Can someone please explain to me why the following happens. I know that I am accessing the array in the wrong order, it is necessary to reproduce the allocation and slowdown. This came up in an actual application and I could not figure out why:
function f1(A)
n1=size(A,1)
n2=size(A,2)
s=0.
for i=1:n1,j=1:n2-1:n2
s+=A[i,j]
end
return s
end
function f2(A)
n1=size(A,1)
n2=size(A,2)
s=0.
for i=1:n1, j in [1,n2]
s+=A[i,j]
end
return s
end
n=10;A=rand(n,n)
f1(A);f2(A);
n=10000;A=rand(n,n)
@time s1=f1(A);
@time s2=f2(A);
s1-s2
0.000608 seconds (5 allocations: 176 bytes)

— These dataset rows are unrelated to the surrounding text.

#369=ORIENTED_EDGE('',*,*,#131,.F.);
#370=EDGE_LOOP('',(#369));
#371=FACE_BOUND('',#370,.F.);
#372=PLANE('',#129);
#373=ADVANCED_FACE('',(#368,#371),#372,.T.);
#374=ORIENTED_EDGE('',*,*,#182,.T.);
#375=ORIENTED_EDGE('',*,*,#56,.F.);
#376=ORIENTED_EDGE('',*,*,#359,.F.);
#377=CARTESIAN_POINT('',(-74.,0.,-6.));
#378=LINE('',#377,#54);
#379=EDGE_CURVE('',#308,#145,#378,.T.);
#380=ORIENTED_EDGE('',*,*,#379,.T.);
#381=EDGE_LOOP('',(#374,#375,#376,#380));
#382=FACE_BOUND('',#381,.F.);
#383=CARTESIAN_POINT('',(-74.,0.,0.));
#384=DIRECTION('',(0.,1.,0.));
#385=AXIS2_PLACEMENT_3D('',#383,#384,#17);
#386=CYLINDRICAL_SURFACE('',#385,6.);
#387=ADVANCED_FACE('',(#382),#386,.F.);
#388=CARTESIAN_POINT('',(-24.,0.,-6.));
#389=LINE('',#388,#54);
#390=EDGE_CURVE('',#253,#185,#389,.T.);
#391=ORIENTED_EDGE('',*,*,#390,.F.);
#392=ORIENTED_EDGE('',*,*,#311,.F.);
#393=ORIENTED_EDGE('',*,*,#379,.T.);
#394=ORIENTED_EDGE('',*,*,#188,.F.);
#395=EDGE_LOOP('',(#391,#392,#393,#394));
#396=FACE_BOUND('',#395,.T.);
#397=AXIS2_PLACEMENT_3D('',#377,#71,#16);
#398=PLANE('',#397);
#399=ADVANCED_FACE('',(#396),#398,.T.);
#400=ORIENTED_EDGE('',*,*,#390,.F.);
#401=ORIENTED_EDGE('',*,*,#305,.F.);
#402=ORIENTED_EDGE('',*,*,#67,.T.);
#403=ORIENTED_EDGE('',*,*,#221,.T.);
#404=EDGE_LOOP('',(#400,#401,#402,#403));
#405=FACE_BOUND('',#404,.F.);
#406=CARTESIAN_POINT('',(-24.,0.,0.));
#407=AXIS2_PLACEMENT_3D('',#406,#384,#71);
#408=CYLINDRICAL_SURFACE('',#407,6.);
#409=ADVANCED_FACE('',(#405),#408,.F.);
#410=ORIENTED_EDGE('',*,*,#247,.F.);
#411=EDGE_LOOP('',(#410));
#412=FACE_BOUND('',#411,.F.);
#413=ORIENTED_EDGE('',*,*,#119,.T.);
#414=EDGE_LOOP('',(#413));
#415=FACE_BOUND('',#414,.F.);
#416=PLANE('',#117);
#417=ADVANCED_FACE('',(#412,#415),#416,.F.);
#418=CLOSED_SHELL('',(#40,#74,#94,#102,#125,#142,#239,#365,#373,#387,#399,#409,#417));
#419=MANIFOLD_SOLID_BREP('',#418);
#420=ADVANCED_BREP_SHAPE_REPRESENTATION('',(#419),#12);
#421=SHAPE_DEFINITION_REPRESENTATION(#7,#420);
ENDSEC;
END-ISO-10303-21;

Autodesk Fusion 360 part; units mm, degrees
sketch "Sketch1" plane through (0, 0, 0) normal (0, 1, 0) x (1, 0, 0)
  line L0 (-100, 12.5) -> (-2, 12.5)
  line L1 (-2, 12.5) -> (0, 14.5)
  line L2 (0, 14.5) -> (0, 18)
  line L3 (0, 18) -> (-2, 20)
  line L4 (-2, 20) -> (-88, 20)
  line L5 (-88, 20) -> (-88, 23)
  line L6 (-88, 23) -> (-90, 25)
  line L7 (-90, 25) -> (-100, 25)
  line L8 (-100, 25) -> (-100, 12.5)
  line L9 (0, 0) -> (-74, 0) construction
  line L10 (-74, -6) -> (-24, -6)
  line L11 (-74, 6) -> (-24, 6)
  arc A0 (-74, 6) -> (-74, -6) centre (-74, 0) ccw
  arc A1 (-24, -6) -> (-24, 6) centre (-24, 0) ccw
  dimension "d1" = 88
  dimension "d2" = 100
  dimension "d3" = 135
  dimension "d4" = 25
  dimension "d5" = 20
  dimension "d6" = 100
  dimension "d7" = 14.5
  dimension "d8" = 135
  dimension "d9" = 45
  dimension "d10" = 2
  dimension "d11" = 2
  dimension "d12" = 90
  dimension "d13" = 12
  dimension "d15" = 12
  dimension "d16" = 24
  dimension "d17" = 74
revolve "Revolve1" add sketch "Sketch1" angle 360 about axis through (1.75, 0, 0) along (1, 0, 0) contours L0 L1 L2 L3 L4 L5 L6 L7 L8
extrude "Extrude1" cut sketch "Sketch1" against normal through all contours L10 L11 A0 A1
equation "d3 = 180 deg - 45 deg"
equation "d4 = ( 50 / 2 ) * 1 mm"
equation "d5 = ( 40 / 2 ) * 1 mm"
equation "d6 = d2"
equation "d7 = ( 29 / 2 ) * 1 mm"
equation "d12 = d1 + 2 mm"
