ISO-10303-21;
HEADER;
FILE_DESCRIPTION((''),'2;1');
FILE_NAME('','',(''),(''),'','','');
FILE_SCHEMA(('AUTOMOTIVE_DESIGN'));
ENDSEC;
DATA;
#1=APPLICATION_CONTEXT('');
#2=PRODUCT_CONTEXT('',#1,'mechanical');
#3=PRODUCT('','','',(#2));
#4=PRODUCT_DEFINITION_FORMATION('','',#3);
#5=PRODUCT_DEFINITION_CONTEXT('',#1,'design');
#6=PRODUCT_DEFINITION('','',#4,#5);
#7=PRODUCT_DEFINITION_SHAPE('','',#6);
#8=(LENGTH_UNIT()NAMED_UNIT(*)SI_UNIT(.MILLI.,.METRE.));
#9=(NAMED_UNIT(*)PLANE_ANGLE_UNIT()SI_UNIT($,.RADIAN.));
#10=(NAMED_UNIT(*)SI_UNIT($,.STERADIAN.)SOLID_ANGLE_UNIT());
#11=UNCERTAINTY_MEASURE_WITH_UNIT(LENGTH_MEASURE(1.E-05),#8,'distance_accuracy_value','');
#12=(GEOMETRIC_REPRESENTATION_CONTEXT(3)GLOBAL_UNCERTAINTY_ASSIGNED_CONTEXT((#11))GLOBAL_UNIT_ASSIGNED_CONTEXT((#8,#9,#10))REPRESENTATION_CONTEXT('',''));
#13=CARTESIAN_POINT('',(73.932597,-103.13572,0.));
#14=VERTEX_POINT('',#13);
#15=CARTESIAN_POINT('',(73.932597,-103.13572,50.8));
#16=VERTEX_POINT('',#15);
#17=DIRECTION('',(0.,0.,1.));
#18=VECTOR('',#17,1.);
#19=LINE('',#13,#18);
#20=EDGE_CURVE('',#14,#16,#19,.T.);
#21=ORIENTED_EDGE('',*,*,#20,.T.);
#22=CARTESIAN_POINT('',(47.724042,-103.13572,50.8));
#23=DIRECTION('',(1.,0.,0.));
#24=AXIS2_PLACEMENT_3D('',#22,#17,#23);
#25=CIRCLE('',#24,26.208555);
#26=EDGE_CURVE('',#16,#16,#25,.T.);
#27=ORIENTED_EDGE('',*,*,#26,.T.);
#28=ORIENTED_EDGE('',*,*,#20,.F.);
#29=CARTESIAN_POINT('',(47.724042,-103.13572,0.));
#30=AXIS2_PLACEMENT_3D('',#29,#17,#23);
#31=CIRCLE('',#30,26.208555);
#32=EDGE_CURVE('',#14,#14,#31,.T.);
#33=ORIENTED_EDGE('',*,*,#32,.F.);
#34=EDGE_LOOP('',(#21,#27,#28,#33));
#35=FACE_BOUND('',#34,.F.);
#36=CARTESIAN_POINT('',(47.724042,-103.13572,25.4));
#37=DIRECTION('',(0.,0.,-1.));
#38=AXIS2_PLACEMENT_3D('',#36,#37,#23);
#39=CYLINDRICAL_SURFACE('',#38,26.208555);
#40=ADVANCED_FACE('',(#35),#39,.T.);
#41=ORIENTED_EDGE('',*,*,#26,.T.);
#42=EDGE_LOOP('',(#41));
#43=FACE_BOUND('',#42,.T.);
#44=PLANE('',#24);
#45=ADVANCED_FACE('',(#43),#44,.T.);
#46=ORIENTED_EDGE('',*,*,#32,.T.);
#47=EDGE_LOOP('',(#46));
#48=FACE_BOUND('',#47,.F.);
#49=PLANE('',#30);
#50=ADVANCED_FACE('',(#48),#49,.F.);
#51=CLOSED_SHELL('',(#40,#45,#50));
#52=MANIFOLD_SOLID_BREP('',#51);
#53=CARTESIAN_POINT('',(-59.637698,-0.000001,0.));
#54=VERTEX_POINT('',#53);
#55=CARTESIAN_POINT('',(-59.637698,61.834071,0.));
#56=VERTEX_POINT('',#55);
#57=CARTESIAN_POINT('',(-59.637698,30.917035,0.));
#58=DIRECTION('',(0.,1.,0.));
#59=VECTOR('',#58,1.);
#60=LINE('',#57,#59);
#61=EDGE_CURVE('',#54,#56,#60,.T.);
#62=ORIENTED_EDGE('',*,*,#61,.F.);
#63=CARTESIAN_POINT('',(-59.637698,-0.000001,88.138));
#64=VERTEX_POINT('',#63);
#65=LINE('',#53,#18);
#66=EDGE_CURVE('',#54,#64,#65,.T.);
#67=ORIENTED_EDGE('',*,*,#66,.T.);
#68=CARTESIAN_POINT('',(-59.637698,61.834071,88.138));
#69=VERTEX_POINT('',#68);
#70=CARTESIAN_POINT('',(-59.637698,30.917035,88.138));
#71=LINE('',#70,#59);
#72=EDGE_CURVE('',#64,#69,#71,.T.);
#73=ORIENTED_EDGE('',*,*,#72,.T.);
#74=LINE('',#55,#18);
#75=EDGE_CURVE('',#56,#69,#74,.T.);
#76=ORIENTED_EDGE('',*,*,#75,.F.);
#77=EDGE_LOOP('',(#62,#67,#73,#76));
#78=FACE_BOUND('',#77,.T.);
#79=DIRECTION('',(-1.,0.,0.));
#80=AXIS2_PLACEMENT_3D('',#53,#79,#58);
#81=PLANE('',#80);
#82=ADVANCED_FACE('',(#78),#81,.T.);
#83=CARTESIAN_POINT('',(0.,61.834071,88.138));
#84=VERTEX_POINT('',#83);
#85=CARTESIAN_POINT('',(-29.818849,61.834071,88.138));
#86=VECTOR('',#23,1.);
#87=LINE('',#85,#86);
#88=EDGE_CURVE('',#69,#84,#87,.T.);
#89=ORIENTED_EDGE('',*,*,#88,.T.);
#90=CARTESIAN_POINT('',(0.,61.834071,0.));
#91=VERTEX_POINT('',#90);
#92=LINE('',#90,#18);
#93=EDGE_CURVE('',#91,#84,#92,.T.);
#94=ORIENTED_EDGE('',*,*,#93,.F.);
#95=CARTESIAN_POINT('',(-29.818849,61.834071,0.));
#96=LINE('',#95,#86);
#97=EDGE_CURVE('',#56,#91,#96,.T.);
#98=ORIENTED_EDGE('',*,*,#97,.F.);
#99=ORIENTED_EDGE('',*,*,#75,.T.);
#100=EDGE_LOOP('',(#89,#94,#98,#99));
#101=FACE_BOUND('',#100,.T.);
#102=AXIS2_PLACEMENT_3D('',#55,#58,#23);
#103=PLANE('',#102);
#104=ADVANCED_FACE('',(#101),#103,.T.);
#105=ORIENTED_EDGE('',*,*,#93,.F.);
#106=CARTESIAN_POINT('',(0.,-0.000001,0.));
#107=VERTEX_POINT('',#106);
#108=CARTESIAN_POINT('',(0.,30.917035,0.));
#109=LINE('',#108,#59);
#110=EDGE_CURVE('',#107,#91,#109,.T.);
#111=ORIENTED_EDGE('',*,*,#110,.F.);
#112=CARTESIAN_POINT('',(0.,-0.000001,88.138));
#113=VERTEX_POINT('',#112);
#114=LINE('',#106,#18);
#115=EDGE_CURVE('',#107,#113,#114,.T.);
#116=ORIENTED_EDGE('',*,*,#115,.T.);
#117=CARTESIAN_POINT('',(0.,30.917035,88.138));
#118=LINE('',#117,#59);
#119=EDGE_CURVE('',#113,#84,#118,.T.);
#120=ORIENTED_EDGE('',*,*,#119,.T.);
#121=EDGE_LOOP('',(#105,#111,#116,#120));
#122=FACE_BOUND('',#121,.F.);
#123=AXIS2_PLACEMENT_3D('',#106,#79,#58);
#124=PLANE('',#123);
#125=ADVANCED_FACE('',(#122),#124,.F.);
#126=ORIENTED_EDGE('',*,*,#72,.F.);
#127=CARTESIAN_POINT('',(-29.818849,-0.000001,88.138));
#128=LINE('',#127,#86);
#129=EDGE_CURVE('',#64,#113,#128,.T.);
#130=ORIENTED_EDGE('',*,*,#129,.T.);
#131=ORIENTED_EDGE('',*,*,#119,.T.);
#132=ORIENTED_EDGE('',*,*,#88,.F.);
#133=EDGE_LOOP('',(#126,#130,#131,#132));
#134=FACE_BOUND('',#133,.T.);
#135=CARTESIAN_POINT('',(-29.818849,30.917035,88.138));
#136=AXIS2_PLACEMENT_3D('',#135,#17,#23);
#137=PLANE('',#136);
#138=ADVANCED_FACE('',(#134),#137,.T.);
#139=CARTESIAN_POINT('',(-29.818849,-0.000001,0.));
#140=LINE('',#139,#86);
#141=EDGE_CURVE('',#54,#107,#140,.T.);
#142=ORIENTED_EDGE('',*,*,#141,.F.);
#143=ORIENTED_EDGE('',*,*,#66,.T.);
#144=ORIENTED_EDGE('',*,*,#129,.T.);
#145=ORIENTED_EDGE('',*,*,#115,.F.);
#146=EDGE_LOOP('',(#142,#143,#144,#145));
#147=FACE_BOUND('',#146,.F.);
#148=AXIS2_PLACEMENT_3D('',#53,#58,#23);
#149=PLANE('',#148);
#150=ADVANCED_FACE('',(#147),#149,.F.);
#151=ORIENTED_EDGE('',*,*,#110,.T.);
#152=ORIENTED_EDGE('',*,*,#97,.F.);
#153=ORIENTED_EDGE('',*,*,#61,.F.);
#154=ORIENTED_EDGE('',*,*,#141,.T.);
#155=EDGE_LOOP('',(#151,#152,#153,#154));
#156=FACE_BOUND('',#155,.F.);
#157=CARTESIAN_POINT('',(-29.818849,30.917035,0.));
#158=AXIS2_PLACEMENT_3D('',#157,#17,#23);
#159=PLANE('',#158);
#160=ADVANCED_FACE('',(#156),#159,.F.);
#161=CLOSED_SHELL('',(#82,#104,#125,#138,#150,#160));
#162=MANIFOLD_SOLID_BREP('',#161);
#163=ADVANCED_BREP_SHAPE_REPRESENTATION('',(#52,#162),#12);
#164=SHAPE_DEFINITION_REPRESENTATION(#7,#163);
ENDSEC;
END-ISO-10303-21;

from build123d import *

# Parameters (mm, degrees)
F0_W      = 59.637699
F0_H      = 61.834071
F1_DEPTH  = 88.138
F2_R      = 26.208555
F3_DEPTH  = 25.4
F3_FACE_R = 26.208555
F4_DEPTH  = 25.4


with BuildPart() as f1:
    # F0 (on Top) → F1 (new body)
    with BuildSketch(Plane.XY):
        with Locations((-29.818849, 30.917035)):
            Rectangle(F0_W, F0_H)
    extrude(amount=F1_DEPTH)


with BuildPart() as f3:
    # F2 (on Top) → F3 (new body)
    with BuildSketch(Plane.XY):
        with Locations((47.724042, -103.13572)):
            Circle(F2_R)
    extrude(amount=F3_DEPTH)

    # F3_face (on face) → F4 (join)
    with BuildSketch(Plane(origin=(47.724042, -103.13572, 25.4), x_dir=(1, 0, 0), z_dir=(0, 0, 1))):
        Circle(F3_FACE_R)
    extrude(amount=F4_DEPTH)


solid = Compound([f1.part, f3.part])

0.001324 seconds (20.00 k allocations: 1.068 MB)
0.0
The functions were compiled before, I didn’t post it.
I think you are right about the array issue if you change the function to:
function f1(A)
n1=size(A,1)
n2=size(A,2)
s=0.
for i=1:n1,j=1:n2-1:n2
s+=A[i,j]
end
return s
end
function f2(A)
n1=size(A,1)
n2=size(A,2)
s=0.
inds=[1,n2]
for i=1:n1, j in inds
s+=A[i,j]
end
return s
end
n=10;A=rand(n,n)
f1(A);f2(A);
n=10000;A=rand(n,n)
@time s1=f1(A);
@time s2=f2(A);
@time s1=f1(A);
@time s2=f2(A);
s1-s2
0.000602 seconds (5 allocations: 176 bytes)
0.000083 seconds (7 allocations: 288 bytes)
0.000581 seconds (5 allocations: 176 bytes)
0.000080 seconds (7 allocations: 288 bytes)
It becomes even faster! Which I don’t understand either.
I guess in the first version a 2 vector keeps getting created and garbage collected; I thought the compiler could figure out that it was a constant and pre-compute it but it didn’t.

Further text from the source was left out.